┌──

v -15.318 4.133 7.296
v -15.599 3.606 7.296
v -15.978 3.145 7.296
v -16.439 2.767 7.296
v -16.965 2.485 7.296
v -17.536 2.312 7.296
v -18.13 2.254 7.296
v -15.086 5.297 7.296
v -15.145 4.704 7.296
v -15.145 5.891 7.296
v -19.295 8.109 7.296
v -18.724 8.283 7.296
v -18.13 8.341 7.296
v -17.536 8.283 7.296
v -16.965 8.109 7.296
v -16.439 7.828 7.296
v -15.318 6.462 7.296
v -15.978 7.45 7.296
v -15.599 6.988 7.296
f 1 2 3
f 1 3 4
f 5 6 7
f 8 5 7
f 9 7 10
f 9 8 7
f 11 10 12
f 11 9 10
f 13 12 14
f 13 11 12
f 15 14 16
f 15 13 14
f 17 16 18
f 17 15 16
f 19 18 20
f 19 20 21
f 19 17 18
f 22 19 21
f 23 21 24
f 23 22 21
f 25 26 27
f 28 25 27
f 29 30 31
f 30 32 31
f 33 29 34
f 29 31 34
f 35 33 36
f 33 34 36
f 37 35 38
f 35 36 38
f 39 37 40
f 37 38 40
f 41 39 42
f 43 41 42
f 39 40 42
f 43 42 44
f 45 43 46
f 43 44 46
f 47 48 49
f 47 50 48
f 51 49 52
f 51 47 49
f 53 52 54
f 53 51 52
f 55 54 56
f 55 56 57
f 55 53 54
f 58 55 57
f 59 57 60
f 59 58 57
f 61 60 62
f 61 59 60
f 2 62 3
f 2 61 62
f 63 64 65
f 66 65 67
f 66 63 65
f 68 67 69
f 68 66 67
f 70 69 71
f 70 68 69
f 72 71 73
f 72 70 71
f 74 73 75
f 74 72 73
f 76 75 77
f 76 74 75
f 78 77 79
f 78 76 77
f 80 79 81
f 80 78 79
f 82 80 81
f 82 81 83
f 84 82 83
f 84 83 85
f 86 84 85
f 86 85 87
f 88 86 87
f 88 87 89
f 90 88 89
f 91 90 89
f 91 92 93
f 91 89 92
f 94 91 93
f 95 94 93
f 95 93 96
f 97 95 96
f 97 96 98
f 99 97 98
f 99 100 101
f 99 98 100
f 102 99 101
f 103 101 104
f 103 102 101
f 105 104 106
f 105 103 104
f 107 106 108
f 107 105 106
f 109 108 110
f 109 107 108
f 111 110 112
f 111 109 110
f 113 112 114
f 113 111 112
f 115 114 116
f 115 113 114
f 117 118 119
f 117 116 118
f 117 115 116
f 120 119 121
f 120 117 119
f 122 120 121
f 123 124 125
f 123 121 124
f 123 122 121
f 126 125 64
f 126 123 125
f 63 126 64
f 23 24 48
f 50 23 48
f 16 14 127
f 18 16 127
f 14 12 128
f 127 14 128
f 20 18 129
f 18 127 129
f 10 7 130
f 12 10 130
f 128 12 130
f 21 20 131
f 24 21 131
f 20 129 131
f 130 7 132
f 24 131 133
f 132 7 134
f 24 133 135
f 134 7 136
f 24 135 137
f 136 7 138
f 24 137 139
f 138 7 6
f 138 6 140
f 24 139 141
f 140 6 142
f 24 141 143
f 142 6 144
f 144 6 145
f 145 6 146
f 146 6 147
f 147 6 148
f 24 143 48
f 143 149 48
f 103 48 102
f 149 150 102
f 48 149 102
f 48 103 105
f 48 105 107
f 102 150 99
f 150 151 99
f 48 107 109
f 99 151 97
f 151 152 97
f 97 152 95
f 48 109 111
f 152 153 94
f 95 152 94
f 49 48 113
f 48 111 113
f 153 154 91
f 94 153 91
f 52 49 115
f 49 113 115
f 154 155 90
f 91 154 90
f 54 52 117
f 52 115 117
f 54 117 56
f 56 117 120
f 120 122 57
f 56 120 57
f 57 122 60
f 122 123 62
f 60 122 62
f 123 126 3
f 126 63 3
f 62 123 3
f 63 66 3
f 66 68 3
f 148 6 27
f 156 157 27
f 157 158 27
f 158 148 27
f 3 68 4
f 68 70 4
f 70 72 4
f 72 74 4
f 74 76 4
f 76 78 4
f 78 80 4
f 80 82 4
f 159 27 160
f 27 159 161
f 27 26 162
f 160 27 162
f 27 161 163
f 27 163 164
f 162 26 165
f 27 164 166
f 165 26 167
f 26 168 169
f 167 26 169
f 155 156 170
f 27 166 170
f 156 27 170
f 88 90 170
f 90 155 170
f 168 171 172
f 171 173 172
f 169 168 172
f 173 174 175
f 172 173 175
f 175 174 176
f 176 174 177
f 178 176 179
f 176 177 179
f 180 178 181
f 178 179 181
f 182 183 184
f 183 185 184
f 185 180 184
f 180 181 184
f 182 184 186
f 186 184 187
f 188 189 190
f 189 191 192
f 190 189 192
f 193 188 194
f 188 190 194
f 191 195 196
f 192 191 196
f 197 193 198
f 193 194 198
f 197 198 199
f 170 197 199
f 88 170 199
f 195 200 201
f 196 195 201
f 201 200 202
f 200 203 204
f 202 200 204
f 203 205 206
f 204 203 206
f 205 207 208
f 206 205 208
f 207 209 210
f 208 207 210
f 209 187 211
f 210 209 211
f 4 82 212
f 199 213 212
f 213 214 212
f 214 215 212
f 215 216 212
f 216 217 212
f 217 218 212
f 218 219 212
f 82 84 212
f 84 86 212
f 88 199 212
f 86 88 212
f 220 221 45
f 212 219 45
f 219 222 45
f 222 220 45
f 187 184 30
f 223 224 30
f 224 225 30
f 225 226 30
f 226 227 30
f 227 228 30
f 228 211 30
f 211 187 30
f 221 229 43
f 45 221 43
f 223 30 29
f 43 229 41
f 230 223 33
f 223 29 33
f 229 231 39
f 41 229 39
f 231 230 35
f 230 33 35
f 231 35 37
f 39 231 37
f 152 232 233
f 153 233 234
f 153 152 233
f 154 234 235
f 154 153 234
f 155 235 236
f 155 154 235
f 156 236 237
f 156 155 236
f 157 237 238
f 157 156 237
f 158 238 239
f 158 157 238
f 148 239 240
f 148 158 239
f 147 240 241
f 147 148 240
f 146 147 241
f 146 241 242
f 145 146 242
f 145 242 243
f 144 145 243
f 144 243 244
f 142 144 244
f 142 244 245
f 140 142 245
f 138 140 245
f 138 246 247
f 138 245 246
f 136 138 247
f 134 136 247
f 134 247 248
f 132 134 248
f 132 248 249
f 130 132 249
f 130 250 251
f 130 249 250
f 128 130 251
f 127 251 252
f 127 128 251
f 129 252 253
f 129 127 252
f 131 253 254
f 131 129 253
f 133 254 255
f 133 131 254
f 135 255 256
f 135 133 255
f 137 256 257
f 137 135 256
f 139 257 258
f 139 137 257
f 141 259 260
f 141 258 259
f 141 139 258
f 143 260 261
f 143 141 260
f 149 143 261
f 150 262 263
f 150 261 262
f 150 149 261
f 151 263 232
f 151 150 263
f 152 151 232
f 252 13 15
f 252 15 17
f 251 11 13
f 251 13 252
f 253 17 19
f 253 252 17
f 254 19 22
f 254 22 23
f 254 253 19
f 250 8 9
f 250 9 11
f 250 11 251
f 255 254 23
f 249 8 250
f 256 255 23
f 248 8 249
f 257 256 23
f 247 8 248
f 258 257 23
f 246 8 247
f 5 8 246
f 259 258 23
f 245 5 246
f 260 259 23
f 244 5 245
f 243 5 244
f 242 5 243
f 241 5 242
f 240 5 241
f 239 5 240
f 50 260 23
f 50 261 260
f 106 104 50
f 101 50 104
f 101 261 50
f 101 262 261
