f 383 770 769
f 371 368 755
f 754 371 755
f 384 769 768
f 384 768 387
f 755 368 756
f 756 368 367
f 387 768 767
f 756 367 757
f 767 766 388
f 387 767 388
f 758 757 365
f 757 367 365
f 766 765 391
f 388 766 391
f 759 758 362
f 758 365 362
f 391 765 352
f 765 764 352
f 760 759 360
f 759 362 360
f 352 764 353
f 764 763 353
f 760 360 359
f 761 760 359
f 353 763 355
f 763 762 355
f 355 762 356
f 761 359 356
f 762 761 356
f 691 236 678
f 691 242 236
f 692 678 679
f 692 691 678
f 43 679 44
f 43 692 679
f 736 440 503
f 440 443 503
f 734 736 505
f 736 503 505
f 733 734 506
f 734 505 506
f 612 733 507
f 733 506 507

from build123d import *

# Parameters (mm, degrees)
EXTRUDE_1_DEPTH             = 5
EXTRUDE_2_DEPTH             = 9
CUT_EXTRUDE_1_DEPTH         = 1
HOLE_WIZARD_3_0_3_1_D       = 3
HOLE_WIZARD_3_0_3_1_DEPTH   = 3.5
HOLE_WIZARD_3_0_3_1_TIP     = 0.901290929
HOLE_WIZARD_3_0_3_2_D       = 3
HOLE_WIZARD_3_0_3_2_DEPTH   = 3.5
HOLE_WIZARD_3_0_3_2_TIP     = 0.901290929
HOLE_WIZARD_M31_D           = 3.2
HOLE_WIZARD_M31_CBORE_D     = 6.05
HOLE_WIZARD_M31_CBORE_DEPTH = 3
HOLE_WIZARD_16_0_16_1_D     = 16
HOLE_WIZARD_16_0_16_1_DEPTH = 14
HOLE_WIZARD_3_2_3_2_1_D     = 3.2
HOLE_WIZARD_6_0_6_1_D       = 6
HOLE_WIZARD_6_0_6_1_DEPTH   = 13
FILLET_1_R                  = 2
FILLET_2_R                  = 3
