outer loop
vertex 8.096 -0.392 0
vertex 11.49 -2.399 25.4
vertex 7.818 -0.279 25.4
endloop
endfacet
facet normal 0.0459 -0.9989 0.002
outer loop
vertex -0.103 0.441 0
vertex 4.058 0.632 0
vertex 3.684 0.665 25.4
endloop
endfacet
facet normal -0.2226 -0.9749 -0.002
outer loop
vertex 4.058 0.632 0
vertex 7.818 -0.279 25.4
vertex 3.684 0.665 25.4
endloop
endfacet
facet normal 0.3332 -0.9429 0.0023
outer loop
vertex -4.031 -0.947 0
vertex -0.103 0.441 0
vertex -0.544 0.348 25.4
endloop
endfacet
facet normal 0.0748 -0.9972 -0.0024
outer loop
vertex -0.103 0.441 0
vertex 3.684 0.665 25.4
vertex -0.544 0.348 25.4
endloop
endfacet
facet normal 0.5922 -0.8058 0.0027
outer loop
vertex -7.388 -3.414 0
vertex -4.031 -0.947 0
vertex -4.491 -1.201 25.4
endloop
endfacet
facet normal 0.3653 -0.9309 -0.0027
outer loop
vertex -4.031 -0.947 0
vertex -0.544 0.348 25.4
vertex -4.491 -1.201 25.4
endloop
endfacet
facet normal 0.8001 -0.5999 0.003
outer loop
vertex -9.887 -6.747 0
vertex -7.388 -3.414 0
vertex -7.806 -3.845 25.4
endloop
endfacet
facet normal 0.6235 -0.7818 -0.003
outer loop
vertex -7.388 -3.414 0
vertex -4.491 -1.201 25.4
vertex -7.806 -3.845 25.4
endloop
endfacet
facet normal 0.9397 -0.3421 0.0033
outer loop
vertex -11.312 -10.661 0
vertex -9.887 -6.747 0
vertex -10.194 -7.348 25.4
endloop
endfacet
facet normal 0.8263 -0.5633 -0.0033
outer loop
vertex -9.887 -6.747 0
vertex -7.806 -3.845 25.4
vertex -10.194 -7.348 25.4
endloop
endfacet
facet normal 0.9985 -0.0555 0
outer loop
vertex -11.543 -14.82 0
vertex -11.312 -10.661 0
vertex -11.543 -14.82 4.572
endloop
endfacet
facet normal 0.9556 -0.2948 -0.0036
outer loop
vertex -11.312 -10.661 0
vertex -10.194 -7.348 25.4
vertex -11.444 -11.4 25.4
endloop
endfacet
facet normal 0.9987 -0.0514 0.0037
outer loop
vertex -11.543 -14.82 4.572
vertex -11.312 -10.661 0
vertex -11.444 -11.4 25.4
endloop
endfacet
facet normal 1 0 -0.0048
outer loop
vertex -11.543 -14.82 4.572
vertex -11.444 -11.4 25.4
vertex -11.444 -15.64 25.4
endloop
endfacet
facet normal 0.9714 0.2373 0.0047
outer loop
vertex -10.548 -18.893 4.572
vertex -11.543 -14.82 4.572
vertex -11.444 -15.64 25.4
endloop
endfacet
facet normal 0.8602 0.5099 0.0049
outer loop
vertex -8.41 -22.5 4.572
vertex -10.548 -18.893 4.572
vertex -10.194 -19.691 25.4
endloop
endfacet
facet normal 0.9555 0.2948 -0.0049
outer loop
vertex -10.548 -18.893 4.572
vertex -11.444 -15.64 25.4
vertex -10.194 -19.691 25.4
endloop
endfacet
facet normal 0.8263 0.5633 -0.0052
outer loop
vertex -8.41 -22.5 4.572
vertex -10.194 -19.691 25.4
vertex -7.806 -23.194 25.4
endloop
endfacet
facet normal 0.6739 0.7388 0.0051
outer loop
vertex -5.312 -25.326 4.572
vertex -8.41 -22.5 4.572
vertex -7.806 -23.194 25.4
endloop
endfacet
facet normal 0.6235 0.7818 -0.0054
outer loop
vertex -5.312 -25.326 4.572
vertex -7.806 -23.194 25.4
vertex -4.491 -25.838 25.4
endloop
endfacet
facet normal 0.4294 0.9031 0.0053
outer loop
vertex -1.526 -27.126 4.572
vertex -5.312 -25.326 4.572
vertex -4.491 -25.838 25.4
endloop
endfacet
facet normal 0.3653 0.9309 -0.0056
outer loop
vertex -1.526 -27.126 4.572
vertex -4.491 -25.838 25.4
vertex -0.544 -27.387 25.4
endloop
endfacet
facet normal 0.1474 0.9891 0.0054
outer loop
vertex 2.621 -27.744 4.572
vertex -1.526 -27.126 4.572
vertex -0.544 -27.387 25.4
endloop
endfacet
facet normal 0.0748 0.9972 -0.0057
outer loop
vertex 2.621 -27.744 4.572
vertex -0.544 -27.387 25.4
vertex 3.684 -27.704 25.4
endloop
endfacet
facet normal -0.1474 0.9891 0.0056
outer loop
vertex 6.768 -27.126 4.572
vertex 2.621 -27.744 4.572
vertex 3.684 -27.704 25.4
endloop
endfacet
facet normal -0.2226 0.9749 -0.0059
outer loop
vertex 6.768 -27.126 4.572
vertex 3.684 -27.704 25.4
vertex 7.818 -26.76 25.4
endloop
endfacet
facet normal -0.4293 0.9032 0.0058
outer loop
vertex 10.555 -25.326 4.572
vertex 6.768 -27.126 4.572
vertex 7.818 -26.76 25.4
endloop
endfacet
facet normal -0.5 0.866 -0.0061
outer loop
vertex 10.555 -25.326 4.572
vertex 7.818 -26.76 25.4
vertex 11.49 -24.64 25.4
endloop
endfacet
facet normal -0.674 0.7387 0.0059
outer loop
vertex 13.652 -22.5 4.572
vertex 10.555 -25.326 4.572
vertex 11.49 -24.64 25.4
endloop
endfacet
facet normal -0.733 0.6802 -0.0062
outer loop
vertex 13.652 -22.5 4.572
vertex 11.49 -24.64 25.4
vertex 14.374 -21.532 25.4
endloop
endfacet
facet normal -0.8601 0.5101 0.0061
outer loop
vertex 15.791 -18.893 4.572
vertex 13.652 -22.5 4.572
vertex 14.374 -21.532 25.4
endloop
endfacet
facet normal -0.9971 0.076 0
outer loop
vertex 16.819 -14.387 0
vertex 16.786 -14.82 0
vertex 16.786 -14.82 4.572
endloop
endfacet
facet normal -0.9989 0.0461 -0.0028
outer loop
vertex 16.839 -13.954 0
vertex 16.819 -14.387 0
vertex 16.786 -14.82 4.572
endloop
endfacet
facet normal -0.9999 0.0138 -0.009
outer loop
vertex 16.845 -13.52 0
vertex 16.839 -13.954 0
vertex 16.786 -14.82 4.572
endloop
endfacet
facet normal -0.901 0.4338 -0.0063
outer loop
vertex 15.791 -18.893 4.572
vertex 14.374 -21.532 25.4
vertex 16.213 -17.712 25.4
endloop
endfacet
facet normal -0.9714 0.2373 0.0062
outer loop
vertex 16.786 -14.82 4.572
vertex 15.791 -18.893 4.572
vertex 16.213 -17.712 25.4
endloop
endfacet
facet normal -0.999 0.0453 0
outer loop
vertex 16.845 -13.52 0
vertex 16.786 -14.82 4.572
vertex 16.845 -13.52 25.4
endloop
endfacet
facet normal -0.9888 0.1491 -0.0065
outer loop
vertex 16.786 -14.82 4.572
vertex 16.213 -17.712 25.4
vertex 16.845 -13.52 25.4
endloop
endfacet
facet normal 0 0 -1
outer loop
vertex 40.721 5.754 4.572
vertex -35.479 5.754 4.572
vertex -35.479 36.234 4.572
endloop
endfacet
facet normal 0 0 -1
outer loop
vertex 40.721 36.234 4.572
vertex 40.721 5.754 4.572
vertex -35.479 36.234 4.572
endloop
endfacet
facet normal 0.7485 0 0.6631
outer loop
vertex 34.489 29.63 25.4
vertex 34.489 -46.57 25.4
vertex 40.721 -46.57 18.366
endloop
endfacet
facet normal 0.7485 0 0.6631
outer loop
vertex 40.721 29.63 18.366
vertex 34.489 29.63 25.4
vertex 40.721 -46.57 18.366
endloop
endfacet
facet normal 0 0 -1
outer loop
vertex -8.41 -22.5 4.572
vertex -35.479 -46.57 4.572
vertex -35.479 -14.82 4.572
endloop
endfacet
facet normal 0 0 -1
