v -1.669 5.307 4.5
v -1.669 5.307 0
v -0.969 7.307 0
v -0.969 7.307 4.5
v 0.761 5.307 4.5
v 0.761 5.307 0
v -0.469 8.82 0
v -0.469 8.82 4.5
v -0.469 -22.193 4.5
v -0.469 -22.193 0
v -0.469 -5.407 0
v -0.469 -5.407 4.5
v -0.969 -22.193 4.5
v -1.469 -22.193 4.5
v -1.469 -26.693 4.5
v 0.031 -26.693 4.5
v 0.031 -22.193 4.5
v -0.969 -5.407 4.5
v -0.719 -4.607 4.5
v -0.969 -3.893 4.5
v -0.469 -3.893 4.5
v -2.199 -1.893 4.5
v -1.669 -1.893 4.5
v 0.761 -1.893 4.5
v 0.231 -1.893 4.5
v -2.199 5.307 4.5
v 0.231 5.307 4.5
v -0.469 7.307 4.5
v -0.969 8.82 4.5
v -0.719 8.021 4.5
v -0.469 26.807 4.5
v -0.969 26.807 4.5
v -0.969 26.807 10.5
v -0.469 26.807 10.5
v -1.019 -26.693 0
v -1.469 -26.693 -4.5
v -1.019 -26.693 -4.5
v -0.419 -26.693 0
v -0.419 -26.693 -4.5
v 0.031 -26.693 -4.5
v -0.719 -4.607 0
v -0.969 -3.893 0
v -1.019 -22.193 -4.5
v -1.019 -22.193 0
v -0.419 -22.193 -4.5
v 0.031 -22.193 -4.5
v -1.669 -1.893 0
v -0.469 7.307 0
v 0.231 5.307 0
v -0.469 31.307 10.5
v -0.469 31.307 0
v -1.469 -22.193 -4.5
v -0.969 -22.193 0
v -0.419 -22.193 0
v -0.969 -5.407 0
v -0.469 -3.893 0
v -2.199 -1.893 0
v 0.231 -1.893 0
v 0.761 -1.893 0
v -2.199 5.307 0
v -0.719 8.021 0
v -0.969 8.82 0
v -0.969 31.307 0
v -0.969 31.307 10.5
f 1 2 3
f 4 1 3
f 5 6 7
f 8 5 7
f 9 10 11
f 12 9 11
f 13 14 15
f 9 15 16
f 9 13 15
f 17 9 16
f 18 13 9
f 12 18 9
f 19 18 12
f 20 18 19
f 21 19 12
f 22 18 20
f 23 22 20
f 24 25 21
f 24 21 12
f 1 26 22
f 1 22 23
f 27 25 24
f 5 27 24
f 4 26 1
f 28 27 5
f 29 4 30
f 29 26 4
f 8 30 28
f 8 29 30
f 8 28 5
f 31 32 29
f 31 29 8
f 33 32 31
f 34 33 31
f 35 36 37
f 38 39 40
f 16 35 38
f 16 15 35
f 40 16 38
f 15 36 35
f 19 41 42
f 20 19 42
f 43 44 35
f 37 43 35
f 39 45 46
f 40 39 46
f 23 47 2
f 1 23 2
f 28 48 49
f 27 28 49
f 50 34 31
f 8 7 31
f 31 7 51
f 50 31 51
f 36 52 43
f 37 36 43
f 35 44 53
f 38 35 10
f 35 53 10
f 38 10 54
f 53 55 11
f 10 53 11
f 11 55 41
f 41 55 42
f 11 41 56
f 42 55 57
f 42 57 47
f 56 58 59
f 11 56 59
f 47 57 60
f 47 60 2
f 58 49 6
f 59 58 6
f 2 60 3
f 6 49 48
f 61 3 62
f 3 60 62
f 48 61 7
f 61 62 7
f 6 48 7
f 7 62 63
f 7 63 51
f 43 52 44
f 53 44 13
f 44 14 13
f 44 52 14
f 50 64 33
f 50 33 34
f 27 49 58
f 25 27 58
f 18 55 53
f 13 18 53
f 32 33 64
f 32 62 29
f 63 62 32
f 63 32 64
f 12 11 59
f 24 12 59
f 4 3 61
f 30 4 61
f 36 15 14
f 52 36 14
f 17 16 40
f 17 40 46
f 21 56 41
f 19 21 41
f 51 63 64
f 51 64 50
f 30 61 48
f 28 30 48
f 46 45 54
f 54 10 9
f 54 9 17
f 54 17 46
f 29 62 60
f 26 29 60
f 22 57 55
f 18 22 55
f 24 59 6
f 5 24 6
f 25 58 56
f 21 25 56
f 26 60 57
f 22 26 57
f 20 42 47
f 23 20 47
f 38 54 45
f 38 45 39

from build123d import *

# Parameters (mm, degrees)
F1_DEPTH = 4.5
F2_W     = 0.5
F2_H     = 4.5
F3_DEPTH = 6
F4_W     = 0.5
F4_H     = 4.5
F5_DEPTH = 9
F6_W     = 0.6
F6_H     = 4.5
F7_DEPTH = 25


with BuildPart() as f1:
    # F0 (on Top) → F1 (new body)
    with BuildSketch(Plane.XY):
        Polygon((-0.469149, 31.306926), (-0.969149, 31.306926), (-0.969149, 8.820471), (-2.198889, 5.306926), (-2.198889, -1.893074), (-0.969149, -5.406618), (-0.969149, -26.693074), (-0.469149, -26.693074), (-0.469149, -5.406618), (0.760592, -1.893074), (0.760592, 5.306926), (-0.469149, 8.820471), align=None)
        Polygon((-1.669149, -1.893074), (-1.669149, 5.306926), (-0.969149, 7.306926), (-0.719149, 8.021212), (-0.469149, 7.306926), (0.230851, 5.306926), (0.230851, -1.893074), (-0.469149, -3.893074), (-0.719149, -4.607359), (-0.969149, -3.893074), align=None, mode=Mode.SUBTRACT)
    extrude(amount=F1_DEPTH)

    # F2 (on face) → F3 (join)
    with BuildSketch(Plane.XY.offset(4.5)):
        with Locations((-0.719149, 29.056926)):
            Rectangle(F2_W, F2_H)
    extrude(amount=F3_DEPTH)

    # F4 (on face) → F5 (join)
    with BuildSketch(Plane.XY.offset(4.5)):
        with Locations((-0.219149, -24.443074)):
            Rectangle(F4_W, F4_H)
        with Locations((-1.219149, -24.443074)):
            Rectangle(F4_W, F4_H)
    extrude(amount=-F5_DEPTH)

    # F6 (on face) → F7 (cut)
    with BuildSketch(Plane(origin=(0, 0, 0), x_dir=(1, 0, 0), z_dir=(0, 0, -1))):
        with Locations((-0.719149, 24.443074)):
            Rectangle(F6_W, F6_H)
    extrude(amount=F7_DEPTH, mode=Mode.SUBTRACT)


solid = f1.part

└──

Instructions for the task =
Write out a verbatim copy of the data, beginning with its first line and ending with the line that contains "v -15.318 6.462 7.296".

Task result =
v -15.318 4.133 7.296
v -15.599 3.606 7.296
v -15.978 3.145 7.296
v -16.439 2.767 7.296
v -16.965 2.485 7.296
v -17.536 2.312 7.296
v -18.13 2.254 7.296
v -15.086 5.297 7.296
v -15.145 4.704 7.296
v -15.145 5.891 7.296
v -19.295 8.109 7.296
v -18.724 8.283 7.296
v -18.13 8.341 7.296
v -17.536 8.283 7.296
v -16.965 8.109 7.296
v -16.439 7.828 7.296
v -15.318 6.462 7.296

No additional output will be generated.